Auf dem kleinen Balkon an der Nordseite sitzen. Der Landstraße beim Zischen zuhören. Ins kahle Geäst des Windschutzes starren. Die Schwere des Graus des Winters aufs Gemüt betten. Den Menschreaktor hochfahren. Ofen brummt in der Bude. Durchs zugige ehemalige Stallfenster hört man das Knacken der Fichte. Flammen flackern hinter der Ofenscheibe. Ruß und Rauch und frische Luft. Wind umspielt das einsame Gehöft. Wahr und Falsch wie Schleim, der in Zeitlupe ausgespuckt, fliegt, zwei Pole bildet, gehalten durch ein zerreißbares Band. Ein ekliges Bild, ich gebe es zu.
‚Das graue Band, das niemals endet‘, denke ich und stelle mir die Straße vor, wie sie niemals endet und mir wird klar, mein lieber Spruch, den ich schon so oft gebraucht habe und der gar der Titel des einen oder anderen Blogartikels ist, ist grundfalsch. ‚Niemals‘ ist Zeit. ‚Nirgends‘ wäre richtig, aber auch falsch, denn wenn man auf der Straße, dem grauen Band, steht und sich ganz sicher ist, dass es nirgends endet, so denkt man doch nur eindimensional in die Länge. Wenn man sich um neunzig Grad dreht, starrt man direkt auf das graue Band und dessen Ende in der Breite im schmutzigen Straßengraben.
Gedanken fangen. Das ist es, was ich tue. Aber auch das ist Quatsch. Man kann sie nicht fangen. Fassen kann man sie. Aber auch das ist nicht richtig. Fassen kann man Flüssigkeiten. Sind Gedanken flüssig?
Gefangen zwischen den Begriffen Wahr und Falsch, komme ich zu dem Schluss, dass Wahr und Falsch ohneeinander gar nicht existieren können. Immer wenn man ein bisschen Wahrheit in die eine Schale der Waage wirft, entsteht in der anderen Schale der Waage ein Gegenüber aus Falsch.
Eigentlich dürfte man gar nicht erst anfangen, über etwas nachzudenken, denn sobald man dies tut, setzt man Kräfte in Gang, die miteinander ringen. Wie Krieg. So funktioniert alles. Dadurch, dass die Kräfte nie gleich groß sind, entsteht Bewegung und mit der Bewegung entsteht Chaos und mit dem Chaos kommt das Bedürfnis nach Ordnung, das auch wieder eine Kraft im Spiel ist.
Bei genauerem Nachdenken ist es gar nicht die Straße, die zischt. Es sind die Autos mit den Leuten drin auf dem Weg zum Morgengottesdienst. Aber auch das ist nicht richtig. Es sind nicht die Autos, die zischen, es ist das Reiben der Reifen auf Teer.

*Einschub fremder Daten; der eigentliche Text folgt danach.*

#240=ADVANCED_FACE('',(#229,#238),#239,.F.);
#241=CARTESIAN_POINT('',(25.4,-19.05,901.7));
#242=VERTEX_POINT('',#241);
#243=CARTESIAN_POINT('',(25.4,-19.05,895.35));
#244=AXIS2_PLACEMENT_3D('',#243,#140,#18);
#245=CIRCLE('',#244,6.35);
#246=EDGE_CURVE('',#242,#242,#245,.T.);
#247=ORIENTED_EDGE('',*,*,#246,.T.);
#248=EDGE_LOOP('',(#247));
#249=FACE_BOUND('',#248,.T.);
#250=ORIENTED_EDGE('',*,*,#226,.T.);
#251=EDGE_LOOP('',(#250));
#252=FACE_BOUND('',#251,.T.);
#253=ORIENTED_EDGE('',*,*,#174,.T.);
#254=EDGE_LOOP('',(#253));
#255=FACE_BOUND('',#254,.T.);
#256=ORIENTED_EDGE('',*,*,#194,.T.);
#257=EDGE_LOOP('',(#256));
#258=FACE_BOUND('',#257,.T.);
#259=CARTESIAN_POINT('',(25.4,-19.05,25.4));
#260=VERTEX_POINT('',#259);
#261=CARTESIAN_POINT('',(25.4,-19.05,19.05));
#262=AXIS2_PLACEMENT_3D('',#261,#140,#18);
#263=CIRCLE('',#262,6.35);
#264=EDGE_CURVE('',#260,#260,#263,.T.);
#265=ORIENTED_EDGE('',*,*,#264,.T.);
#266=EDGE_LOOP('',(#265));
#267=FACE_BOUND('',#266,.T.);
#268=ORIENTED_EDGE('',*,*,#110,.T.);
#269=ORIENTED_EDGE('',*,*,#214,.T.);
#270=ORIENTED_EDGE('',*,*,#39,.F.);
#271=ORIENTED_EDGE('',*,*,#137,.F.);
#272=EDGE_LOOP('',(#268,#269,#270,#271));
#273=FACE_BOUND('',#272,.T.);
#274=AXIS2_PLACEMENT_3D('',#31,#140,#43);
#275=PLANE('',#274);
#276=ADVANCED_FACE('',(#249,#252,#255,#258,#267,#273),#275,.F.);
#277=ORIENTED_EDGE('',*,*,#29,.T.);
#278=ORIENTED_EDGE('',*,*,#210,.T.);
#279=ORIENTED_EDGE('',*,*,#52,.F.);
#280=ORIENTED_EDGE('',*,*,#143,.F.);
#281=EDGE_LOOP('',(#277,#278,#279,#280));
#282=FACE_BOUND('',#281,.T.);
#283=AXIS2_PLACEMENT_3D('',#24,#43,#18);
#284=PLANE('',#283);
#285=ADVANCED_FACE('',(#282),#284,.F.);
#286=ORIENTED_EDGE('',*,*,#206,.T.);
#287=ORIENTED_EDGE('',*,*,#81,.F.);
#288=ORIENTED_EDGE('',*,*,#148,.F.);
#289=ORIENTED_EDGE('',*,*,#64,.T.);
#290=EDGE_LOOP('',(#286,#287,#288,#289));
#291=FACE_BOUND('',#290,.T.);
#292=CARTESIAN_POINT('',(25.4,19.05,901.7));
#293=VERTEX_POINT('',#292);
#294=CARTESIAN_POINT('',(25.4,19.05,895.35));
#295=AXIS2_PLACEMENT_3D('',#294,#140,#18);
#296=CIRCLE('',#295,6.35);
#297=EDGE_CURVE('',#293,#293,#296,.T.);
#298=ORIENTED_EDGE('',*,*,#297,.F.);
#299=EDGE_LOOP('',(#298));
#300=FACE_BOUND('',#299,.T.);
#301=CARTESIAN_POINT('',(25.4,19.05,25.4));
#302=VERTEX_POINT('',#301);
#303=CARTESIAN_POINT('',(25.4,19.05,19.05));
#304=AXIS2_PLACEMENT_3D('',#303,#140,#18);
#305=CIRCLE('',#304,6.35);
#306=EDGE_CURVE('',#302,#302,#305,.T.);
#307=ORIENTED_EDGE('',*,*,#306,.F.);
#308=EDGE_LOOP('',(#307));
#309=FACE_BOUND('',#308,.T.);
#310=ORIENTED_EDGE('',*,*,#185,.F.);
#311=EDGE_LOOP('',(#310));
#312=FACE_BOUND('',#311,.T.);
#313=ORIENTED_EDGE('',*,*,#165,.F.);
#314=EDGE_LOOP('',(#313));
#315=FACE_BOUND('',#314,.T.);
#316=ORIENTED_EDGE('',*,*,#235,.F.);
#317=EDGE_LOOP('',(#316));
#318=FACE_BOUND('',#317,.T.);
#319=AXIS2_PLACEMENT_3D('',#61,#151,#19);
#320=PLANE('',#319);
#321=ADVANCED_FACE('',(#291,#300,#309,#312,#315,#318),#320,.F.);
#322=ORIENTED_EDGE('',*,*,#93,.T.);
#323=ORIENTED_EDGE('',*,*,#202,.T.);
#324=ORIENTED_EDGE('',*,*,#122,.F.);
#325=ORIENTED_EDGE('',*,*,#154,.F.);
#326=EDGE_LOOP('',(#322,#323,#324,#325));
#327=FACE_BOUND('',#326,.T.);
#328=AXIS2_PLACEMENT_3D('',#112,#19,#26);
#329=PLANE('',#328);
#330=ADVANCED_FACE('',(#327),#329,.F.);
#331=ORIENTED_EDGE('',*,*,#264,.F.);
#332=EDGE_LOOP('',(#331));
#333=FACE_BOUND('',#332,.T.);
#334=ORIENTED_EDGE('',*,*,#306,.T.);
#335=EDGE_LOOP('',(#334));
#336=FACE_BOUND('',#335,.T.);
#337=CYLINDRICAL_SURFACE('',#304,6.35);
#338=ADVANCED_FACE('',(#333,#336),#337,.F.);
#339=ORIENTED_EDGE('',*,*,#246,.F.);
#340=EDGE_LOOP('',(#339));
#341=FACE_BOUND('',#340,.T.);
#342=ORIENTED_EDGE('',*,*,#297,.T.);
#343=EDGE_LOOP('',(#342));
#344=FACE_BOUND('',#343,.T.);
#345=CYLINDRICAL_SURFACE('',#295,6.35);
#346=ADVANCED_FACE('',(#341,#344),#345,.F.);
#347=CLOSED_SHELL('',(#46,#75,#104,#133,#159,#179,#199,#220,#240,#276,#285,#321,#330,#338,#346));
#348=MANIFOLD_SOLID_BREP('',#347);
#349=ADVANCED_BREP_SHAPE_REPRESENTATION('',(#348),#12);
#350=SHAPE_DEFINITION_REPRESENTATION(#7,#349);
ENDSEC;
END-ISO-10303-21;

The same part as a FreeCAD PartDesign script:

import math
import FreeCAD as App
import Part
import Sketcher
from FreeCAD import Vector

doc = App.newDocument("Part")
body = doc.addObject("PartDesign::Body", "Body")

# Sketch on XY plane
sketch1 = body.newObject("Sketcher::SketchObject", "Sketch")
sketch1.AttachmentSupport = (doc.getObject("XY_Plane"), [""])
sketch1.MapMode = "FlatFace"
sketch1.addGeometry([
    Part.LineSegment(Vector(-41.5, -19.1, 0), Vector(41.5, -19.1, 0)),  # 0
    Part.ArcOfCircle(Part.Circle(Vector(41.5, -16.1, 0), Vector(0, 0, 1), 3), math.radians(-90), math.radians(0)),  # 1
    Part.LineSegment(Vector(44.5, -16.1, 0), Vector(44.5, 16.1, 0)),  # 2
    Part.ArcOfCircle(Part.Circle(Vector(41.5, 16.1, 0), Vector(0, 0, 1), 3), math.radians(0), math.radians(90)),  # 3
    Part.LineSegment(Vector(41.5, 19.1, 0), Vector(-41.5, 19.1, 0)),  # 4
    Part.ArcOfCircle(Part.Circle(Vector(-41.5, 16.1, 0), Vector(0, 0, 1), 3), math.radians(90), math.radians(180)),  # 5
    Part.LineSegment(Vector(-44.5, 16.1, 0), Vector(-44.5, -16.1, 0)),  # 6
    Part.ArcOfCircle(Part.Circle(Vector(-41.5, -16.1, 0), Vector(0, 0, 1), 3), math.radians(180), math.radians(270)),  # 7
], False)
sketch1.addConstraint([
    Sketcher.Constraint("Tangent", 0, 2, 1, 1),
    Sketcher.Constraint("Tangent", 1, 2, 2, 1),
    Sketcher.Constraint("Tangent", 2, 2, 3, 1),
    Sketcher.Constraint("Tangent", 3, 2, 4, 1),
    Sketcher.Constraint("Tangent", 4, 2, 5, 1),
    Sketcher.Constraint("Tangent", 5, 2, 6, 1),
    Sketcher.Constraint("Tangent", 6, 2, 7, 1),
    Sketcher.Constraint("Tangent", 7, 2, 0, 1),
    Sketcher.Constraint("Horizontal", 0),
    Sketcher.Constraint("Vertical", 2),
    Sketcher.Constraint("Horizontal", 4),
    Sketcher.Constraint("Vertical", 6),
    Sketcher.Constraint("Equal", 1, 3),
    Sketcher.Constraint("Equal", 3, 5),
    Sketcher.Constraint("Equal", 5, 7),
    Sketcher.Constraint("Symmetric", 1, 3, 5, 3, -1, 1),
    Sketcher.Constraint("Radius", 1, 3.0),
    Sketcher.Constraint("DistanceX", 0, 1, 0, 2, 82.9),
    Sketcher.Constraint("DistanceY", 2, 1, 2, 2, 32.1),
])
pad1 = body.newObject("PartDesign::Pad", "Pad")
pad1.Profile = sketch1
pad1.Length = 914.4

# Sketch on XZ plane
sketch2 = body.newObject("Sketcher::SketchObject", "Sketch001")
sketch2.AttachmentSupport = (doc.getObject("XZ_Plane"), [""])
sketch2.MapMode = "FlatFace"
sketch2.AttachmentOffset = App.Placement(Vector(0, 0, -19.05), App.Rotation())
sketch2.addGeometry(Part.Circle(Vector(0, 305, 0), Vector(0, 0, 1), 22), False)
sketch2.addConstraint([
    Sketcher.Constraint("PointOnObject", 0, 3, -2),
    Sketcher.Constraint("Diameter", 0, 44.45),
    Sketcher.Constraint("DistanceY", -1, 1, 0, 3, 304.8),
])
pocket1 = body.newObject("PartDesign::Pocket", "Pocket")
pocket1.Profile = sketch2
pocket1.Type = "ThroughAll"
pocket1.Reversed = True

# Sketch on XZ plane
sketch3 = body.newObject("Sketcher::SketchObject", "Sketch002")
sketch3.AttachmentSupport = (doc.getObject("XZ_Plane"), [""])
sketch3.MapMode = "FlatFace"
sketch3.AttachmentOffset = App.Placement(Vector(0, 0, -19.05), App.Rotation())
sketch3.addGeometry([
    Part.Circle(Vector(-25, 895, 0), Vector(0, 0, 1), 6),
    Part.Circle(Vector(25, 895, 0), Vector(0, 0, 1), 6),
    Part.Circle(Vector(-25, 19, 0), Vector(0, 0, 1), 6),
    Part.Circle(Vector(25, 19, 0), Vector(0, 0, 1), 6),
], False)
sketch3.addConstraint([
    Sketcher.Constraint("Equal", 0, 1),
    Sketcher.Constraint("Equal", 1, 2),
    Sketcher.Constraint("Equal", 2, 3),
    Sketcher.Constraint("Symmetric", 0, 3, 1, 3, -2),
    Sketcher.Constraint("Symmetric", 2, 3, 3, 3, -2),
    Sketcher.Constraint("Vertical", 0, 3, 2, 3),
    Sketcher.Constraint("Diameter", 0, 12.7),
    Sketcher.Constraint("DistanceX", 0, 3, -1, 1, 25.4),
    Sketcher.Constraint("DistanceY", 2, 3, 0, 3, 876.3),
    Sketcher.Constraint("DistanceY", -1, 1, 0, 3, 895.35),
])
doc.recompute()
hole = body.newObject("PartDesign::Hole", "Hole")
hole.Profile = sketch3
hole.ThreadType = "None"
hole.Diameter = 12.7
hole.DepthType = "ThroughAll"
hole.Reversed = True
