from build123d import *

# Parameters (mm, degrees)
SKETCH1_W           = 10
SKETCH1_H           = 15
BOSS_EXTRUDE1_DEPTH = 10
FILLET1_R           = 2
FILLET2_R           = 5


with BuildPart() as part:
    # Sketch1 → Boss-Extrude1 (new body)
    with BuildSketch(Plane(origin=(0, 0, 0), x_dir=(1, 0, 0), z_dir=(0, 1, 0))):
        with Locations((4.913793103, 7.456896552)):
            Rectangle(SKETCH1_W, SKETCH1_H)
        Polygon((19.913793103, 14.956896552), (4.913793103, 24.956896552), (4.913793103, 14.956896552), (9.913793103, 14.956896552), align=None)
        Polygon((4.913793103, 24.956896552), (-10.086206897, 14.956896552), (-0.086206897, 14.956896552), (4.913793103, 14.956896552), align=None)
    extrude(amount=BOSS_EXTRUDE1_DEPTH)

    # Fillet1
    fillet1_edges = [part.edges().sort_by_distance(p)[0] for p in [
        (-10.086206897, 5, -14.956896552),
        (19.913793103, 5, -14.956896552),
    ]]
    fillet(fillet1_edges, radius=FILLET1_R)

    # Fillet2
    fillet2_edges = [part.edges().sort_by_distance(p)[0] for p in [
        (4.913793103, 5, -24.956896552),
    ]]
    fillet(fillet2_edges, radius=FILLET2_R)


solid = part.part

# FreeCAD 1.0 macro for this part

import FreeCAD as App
import Part
import Sketcher

V = App.Vector
Q = App.Units.Quantity


def edges_at(feature, points):
    """Names of the edges that pass closest to the given points."""
    edges = feature.Shape.Edges
    near = lambda p: min(range(len(edges)), key=lambda i: edges[i].distToShape(Part.Vertex(*p))[0])
    return sorted({f"Edge{near(p) + 1}" for p in points})


def add_polygon(sketch, points):
    """Adds a closed chain of lines whose ends are joined by coincident constraints."""
    first, n = sketch.GeometryCount, len(points)
    for a, b in zip(points, points[1:] + points[:1]):
        sketch.addGeometry(Part.LineSegment(App.Vector(*a, 0), App.Vector(*b, 0)), False)
    for i in range(n):
        sketch.addConstraint(Sketcher.Constraint("Coincident", first + i, 2, first + (i + 1) % n, 1))

doc = App.newDocument("Part")
body = doc.addObject("PartDesign::Body", "Body")

# Sketch on XZ plane
sketch1 = body.newObject("Sketcher::SketchObject", "Sketch")
sketch1.AttachmentSupport = (doc.getObject("XZ_Plane"), [""])
sketch1.MapMode = "FlatFace"
add_polygon(sketch1, [(0, -15), (0, 0), (10, 0), (10, -15), (20, -15), (5, -25), (-10, -15)])  # lines 0-6
sketch1.addConstraint(Sketcher.Constraint("Vertical", 0))
sketch1.addConstraint(Sketcher.Constraint("Horizontal", 1))
sketch1.addConstraint(Sketcher.Constraint("Vertical", 2))
sketch1.addConstraint(Sketcher.Constraint("Horizontal", 3))
sketch1.addConstraint(Sketcher.Constraint("Horizontal", 6))
sketch1.addConstraint(Sketcher.Constraint("Horizontal", 3, 2, 5, 2))
sketch1.addConstraint(Sketcher.Constraint("Equal", 1, 3))
sketch1.addConstraint(Sketcher.Constraint("Equal", 3, 6))
sketch1.addConstraint(Sketcher.Constraint("Equal", 4, 5))
sketch1.addConstraint(Sketcher.Constraint("DistanceX", 1, 1, 1, 2, Q("10 mm")))
sketch1.addConstraint(Sketcher.Constraint("DistanceY", 0, 1, 0, 2, Q("15 mm")))
sketch1.addConstraint(Sketcher.Constraint("DistanceY", 4, 2, 2, 2, Q("10 mm")))
sketch1.addConstraint(Sketcher.Constraint("DistanceX", 0, 2, -1, 1, Q("0.086207 mm")))
sketch1.addConstraint(Sketcher.Constraint("DistanceY", -1, 1, 0, 2, Q("0.043103 mm")))
pad1 = body.newObject("PartDesign::Pad", "Pad")
pad1.Profile = sketch1
pad1.Length = 10
pad1.Reversed = True
doc.recompute()

fillet = body.newObject("PartDesign::Fillet", "Fillet")
fillet.Base = (pad1, edges_at(pad1, [(-10.086, 5, -14.957), (19.914, 5, -14.957)]))
fillet.Radius = 2
doc.recompute()

fillet2 = body.newObject("PartDesign::Fillet", "Fillet001")
fillet2.Base = (fillet, edges_at(fillet, [(4.914, 5, -24.957)]))
fillet2.Radius = 5

doc.recompute()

Je mehr ich an diesem gefangenen Gedanken denke, desto wirrer wird alles, desto mehr verliere ich mich im Spiel der Kräfte, die ich durch morgendliches Hinhören, Beobachten, darüber Denken, entfacht habe.
Alles, was ich in diesem Artikel schreibe, ist falsch. Und richtig. Wenn ein Falsch auf ein Richtig trifft, neutralisiert es sich zu Nichts.
Vielleicht.
Das wäre gut. Dann hätte es nie existiert. Wobei etwas, das nie existiert hätte, dennoch existiert hat, aber nicht mehr ist.
Es ist zum Verrücktwerden. Wäre mir bloß nicht das Zischen der Straße aufgefallen. Ich hätte so schön auf dem Balkon sitzen können und dem Zischen zuhören können und das Geäst der winterstarren Bäume beäugen können wie es im Wind unterm tristgrauen Himmel wiegt, ohne darüber nachdenken zu müssen und es schließlich aufzuschreiben.
Hach … ja, sowas kenn ich gut.
Großes Kopfkino, und doch so anstrengend.
Die Beschreibung der Umgebung ist so gut getroffen, dass man meint ebenfalls die zischende Straße zu hören.
Wahr und Falsch, in der Tat gerühmte Worte – oft benutzt und in der Tiefe nicht ausgelotet.
Der Philosoph verliert sich gerne im DENKEN, da will er hin, da ist sein Zuhause.
Mal ein hallo! Das ist jetzt nur ein Kommentartest, weil es letztens nicht funktionierte.